United States District Court, D. Massachusetts

November 8, 2018

BRANDI SALLS, individually, and on behalf of all others similarly situated Plaintiff,
v.
DIGITAL FEDERAL CREDIT UNION and DOES 1 through 100, Defendants.

          MEMORANDUM AND ORDER ON DEFENDANT'S MOTION TO DISMISS (Docket No. 12)

          TIMOTHY S. HILLMAN, DISTRICT JUDGE

         Brandi Salls (“Plaintiff”) brings a putative class action challenging the practice of Digital Federal Credit Union and DOES 1 through 100 (“Defendant”) to charge overdraft fees when members accounts have sufficient funds to cover the transactions. She brings claims for breach of contract (Counts I and II), breach of the implied duty of good faith and fair dealing (Count III), unjust enrichment (Count IV), money had and received (Count V), and violation of Regulation E, 12 C.F.R. § 1005.17, of the Electronic Fund Transfers Act (“EFTA”), 15 U.S.C. §§ 1693 et seq. (Count VI). Defendant moves to dismiss all claims pursuant to Fed.R.Civ.P. 12(b)(6) for failure to state a claim upon which relief can be granted. (Docket No. 12). For the reasons stated below, Defendants motion is granted in part and denied in part.

         Background

         The following facts are taken from Plaintiff's complaint (Docket No. 1) and assumed to be true for the purposes of this motion. The court also may consider “matters fairly incorporated within [the complaint] and matters susceptible to judicial notice.” In re Colonial Mortgage Bankers Corp., 324 F.3d 12, 15 (1st Cir. 2003). Accordingly, the Court will also consider models of the two agreements that Plaintiff entered into with Defendant. (Docket Nos. 23-1; 23-2).[1]

         Plaintiff is a member of and entered into two written contracts with Defendant. The first agreement (“Account Agreement”) states, in relevant part:

• All accounts are subject to your Schedule of Fees and Service Charges. You shall debit such charges against any account I own except my IRA. If there are insufficient funds available, the charges are payable on demand and, for checking accounts, will be treated as an overdraft. Docket No. 23-1 at 7 (emphasis in original).
• You may at your discretion, but are not obligated to nor shall you be liable for refusal to, pay funds from this account: When such payment would draw the available balance in the account below the minimum balance for the account as established from time to time by you (overdraft-See the Schedule of Fees and Service Charges). This may include overdraft fees created by checks, debit card, ACH, and other electric means as applicable.

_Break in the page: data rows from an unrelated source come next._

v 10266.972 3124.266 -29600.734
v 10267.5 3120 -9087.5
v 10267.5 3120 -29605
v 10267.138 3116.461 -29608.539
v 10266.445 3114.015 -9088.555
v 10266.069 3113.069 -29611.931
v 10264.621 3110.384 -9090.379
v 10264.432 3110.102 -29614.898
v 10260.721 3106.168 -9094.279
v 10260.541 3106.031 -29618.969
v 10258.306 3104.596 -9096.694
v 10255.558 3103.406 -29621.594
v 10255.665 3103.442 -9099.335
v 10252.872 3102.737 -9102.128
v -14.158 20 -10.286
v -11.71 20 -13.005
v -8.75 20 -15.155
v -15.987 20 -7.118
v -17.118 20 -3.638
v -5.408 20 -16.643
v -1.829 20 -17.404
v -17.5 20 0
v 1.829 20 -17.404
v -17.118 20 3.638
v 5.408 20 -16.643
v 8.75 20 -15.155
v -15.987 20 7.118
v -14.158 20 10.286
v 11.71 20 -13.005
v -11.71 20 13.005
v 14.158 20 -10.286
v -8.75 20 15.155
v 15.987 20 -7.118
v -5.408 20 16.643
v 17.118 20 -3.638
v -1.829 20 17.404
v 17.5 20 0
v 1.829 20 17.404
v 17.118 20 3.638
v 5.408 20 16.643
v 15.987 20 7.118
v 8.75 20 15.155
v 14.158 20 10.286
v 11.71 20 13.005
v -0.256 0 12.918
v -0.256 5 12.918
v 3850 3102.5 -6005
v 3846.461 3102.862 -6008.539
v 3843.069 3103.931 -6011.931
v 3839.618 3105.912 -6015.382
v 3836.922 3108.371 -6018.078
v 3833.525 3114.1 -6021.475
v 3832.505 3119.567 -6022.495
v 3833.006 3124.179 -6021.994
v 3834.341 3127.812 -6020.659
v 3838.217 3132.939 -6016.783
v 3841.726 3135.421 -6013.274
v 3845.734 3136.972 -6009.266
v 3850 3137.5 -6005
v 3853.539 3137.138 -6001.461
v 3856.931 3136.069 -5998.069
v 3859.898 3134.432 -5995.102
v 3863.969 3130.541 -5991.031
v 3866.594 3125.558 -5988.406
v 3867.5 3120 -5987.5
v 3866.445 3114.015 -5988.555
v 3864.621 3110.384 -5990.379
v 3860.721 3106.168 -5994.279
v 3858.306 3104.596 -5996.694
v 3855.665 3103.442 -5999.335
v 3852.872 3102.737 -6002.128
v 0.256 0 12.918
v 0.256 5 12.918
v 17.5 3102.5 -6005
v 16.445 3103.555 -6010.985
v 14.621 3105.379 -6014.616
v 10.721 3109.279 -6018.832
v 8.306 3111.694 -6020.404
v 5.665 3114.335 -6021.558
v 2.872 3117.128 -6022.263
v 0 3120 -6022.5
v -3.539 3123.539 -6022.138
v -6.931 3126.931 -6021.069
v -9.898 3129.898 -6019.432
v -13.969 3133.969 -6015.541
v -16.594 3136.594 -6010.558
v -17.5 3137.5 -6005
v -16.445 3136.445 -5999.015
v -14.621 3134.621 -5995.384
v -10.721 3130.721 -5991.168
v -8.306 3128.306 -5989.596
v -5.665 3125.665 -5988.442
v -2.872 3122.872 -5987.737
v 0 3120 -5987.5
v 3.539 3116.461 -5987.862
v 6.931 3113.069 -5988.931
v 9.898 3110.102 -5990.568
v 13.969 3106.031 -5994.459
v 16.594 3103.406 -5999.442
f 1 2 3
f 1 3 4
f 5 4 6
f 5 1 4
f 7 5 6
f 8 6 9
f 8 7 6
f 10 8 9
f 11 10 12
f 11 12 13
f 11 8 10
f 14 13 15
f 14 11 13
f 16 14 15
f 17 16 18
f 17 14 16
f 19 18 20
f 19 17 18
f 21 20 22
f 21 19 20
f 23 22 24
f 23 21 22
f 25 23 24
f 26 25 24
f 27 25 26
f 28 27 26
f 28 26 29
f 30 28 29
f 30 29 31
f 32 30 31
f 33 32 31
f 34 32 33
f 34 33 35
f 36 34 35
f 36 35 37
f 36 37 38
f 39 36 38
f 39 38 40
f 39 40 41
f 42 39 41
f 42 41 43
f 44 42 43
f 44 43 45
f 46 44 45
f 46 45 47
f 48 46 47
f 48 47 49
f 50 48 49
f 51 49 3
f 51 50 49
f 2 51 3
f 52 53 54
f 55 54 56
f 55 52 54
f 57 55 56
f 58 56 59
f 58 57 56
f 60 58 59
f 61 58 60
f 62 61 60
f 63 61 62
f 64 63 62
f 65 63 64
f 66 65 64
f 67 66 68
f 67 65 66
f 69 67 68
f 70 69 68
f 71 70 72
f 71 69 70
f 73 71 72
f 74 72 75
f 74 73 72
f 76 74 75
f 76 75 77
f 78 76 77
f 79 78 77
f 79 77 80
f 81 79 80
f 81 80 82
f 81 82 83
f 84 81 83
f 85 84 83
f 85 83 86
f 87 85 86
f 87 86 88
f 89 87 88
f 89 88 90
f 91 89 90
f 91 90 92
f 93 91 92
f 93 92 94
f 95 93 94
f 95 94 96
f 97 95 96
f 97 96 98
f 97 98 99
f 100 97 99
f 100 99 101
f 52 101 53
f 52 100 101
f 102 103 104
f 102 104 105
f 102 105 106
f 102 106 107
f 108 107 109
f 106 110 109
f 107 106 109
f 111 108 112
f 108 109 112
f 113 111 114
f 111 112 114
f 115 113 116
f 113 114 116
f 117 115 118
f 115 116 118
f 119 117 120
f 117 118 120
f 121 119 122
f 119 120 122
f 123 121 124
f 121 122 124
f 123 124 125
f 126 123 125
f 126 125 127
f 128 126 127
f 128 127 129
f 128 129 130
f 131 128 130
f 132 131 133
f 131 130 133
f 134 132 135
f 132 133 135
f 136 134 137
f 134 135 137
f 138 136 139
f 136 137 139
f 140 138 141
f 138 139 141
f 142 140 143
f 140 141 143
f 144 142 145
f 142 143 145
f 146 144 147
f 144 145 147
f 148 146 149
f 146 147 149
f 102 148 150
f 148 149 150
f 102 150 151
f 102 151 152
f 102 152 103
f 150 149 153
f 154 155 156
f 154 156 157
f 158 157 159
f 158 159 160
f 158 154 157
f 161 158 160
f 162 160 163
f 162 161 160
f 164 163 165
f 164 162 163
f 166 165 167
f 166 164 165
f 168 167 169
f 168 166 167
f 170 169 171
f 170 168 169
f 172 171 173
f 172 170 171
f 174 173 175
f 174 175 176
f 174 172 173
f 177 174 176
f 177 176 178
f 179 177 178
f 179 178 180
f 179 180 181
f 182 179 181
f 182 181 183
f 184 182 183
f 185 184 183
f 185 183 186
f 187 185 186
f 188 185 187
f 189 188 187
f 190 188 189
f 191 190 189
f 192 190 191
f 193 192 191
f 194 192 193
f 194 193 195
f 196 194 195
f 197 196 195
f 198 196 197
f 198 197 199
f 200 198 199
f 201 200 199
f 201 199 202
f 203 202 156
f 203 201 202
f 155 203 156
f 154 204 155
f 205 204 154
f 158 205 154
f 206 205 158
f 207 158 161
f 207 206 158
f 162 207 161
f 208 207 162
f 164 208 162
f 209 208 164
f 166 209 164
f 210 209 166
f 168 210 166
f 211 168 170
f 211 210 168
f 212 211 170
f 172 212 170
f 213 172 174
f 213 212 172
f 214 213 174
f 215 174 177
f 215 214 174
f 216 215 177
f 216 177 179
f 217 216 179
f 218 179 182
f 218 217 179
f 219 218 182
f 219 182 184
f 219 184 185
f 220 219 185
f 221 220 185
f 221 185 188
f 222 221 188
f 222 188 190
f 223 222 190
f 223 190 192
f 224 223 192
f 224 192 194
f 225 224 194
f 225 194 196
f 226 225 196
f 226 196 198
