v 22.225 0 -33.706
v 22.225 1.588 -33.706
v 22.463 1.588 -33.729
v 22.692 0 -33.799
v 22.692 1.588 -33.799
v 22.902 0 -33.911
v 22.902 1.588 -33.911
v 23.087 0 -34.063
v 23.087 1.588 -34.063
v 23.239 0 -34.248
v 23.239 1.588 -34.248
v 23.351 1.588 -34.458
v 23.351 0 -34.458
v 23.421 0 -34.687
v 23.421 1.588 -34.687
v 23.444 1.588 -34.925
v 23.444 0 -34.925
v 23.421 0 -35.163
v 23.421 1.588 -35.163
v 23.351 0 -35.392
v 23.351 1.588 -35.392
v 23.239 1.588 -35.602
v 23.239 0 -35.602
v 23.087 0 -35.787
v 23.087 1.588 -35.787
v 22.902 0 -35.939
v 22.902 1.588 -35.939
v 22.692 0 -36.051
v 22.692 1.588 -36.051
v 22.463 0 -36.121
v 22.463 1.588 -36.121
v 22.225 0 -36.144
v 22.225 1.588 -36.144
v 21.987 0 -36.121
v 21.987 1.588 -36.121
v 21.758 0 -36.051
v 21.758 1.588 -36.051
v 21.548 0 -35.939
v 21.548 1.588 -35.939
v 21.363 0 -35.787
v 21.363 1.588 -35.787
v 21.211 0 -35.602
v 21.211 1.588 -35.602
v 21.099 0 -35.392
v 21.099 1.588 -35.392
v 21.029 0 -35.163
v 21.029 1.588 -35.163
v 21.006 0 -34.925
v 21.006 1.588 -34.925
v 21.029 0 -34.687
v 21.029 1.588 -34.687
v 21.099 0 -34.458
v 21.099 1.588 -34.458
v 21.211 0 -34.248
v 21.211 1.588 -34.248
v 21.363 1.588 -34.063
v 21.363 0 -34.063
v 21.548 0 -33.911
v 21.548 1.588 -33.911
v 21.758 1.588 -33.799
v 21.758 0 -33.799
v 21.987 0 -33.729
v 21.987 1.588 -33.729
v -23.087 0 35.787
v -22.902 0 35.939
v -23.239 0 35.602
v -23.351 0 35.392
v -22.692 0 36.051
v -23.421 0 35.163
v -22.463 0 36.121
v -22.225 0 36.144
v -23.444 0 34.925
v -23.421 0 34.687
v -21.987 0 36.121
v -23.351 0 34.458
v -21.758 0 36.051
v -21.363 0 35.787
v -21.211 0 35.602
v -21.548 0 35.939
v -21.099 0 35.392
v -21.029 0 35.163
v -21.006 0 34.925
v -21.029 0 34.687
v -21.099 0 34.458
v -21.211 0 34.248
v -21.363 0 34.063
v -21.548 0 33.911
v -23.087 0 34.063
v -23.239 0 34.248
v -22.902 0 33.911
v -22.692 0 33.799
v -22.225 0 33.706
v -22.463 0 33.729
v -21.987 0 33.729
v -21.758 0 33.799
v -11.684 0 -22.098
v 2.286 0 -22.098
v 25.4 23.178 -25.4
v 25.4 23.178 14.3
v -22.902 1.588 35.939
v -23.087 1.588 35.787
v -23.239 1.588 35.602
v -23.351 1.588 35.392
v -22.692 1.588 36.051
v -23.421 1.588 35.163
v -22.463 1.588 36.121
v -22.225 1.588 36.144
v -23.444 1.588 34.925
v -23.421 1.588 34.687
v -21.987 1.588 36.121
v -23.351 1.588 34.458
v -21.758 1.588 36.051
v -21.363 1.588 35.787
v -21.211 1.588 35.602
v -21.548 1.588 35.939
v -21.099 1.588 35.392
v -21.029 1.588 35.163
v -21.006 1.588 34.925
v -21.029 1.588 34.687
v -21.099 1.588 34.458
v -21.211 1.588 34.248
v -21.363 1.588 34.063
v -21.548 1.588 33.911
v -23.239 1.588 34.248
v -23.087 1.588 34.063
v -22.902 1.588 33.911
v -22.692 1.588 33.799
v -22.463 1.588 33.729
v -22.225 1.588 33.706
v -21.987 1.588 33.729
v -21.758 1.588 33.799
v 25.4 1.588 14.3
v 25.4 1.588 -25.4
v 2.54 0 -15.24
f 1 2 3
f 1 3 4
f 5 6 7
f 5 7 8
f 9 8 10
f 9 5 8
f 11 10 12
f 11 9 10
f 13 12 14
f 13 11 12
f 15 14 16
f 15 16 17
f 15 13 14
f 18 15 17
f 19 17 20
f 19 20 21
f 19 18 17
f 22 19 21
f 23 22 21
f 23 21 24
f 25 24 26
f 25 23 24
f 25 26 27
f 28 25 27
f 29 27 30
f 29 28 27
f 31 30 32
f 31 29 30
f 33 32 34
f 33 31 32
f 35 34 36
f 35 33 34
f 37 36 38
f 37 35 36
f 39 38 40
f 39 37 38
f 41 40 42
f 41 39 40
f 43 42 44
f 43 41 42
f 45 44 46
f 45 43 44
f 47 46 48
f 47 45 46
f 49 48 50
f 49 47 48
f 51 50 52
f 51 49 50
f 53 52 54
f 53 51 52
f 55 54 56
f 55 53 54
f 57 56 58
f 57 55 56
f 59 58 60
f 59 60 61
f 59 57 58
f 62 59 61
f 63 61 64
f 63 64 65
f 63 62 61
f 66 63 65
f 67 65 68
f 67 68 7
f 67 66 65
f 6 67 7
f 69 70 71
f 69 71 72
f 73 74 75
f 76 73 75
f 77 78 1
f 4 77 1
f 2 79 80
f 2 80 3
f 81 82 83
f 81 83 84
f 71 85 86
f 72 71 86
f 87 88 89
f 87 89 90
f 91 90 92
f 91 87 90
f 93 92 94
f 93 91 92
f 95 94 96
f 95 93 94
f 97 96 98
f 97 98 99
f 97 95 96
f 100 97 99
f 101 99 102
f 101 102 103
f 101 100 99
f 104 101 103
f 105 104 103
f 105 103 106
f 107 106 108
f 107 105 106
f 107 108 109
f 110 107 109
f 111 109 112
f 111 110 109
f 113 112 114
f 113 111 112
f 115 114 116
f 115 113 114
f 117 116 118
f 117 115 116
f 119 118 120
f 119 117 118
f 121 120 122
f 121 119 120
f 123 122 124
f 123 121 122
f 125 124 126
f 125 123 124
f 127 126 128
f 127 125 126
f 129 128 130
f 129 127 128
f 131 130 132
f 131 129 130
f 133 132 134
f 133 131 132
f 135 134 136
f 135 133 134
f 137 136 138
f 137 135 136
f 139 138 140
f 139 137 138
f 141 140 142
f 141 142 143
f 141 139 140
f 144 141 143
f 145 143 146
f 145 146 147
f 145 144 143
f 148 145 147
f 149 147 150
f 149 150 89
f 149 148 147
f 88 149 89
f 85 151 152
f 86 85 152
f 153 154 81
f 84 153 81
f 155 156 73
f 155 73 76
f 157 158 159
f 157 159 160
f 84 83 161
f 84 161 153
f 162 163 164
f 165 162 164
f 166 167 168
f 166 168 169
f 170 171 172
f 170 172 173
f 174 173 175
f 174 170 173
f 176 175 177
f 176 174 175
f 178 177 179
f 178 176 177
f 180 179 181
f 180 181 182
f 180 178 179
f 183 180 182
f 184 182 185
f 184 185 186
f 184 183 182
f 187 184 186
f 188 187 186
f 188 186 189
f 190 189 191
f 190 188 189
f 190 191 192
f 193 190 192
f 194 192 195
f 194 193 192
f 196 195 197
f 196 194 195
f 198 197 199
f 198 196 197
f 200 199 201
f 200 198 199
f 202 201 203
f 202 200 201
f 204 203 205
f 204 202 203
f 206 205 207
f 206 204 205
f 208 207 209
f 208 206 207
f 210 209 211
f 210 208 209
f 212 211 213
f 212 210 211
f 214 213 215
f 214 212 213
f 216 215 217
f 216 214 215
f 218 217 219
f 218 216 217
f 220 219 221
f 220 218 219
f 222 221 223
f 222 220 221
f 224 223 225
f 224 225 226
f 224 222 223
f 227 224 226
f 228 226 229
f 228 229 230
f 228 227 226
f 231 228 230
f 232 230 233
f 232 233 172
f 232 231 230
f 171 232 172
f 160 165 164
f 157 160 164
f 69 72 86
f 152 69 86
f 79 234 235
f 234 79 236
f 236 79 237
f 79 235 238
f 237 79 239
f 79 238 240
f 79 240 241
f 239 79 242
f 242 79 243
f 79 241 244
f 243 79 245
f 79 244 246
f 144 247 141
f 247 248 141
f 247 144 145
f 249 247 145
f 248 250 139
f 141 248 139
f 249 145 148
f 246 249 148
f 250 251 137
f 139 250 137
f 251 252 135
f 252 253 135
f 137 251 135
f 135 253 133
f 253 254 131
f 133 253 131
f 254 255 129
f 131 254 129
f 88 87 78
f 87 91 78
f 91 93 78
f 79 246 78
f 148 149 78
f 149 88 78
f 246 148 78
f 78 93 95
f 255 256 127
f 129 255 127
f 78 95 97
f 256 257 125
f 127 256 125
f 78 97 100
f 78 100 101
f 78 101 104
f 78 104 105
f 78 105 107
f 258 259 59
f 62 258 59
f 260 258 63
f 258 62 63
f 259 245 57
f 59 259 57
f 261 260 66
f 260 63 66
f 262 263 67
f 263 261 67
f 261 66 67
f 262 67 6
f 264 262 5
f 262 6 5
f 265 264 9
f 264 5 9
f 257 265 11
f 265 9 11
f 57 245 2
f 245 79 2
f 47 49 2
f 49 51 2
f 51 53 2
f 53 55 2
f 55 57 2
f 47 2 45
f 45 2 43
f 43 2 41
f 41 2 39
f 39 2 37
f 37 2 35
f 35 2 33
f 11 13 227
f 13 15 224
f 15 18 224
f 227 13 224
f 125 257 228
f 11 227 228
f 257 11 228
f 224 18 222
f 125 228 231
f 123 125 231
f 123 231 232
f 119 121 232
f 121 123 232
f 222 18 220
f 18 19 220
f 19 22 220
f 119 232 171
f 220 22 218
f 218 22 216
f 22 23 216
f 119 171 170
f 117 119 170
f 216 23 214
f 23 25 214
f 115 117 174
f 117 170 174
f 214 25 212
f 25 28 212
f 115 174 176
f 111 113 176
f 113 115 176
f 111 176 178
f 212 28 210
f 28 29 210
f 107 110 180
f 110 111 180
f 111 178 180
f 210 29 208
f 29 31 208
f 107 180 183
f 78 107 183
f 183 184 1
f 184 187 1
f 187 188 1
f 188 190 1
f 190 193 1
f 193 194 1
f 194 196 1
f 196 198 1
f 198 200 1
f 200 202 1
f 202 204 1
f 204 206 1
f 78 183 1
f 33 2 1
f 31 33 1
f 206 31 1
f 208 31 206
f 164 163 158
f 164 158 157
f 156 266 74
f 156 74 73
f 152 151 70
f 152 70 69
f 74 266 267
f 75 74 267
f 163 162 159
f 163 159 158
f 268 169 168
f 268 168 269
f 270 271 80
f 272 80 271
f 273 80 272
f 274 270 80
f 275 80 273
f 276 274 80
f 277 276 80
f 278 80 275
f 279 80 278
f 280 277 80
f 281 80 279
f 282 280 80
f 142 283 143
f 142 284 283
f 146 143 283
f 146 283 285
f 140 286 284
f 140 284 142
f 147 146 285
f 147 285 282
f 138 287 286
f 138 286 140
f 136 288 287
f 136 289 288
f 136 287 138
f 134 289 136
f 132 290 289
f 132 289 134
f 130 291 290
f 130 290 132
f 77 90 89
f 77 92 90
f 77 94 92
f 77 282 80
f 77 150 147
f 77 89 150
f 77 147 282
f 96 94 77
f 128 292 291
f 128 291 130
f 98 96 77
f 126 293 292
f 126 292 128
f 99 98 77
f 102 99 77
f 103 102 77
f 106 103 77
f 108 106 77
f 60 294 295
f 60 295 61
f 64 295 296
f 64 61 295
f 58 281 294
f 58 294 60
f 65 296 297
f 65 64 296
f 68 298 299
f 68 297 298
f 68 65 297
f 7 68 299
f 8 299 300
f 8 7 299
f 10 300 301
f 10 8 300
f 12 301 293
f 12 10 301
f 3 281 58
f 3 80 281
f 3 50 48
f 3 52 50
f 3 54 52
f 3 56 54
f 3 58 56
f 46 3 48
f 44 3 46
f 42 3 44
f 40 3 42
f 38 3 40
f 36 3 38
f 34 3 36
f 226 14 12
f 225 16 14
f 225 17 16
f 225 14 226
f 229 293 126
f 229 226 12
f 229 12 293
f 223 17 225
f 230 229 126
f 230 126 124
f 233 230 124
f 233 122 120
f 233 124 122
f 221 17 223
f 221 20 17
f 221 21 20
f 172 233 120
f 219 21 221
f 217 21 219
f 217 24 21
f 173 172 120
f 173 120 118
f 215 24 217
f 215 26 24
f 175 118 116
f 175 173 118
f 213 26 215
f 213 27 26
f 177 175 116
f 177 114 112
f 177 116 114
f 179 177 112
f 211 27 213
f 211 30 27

Id. at 17 (emphasis in original).

         The second agreement (“Opt In Agreement”) describes Defendant's overdraft policies as required by Regulation E of EFTA. 12 C.F.R. § 1005.17. The Opt In Agreement provides: “An overdraft occurs when you do not have enough money in your account to cover a transaction, but we pay it anyway.” (Docket No. 24-2 at 4).

         Plaintiff's claims in this case arise from overdraft fees based on the “available balance” as opposed to the “ledger” or “actual balance.” The “available balance” of an account is calculated by deducting pending debits and deposit holds. Therefore, the “available balance” can be much lower than the “actual balance” in an account.

         Plaintiff alleges that on December 18, 2014, December 19, 2014, and on information and belief at least one time within twelve months of filing her complaint, she was charged an overdraft fee when her “actual balance” was enough to cover the transaction. Because her “available balance” was insufficient, however, she was charged an overdraft fee.

         Standard of Review

         A defendant may move to dismiss, based solely on the complaint, for the plaintiff's “failure to state a claim upon which relief can be granted.” Fed.R.Civ.P. 12(b)(6). To survive a Rule 12(b)(6) motion to dismiss, a complaint must allege “a plausible entitlement to relief.” Bell Atl. Corp. v. Twombly, 550 U.S. 544, 559, 127 S.Ct. 1955 (2007). Although detailed factual allegations are not necessary to survive a motion to dismiss, the standard “requires more than labels and conclusions, and a formulaic recitation of the elements of a cause of action will not do.” Id. at 555, 127 S.Ct. 1955. “The relevant inquiry focuses on the reasonableness of the inference of liability that the plaintiff is asking the court to draw from the facts alleged in the complaint.” Ocasio-Hernandez v. Fortuno-Burset, 640 F.3d 1, 13 (1st Cir. 2011).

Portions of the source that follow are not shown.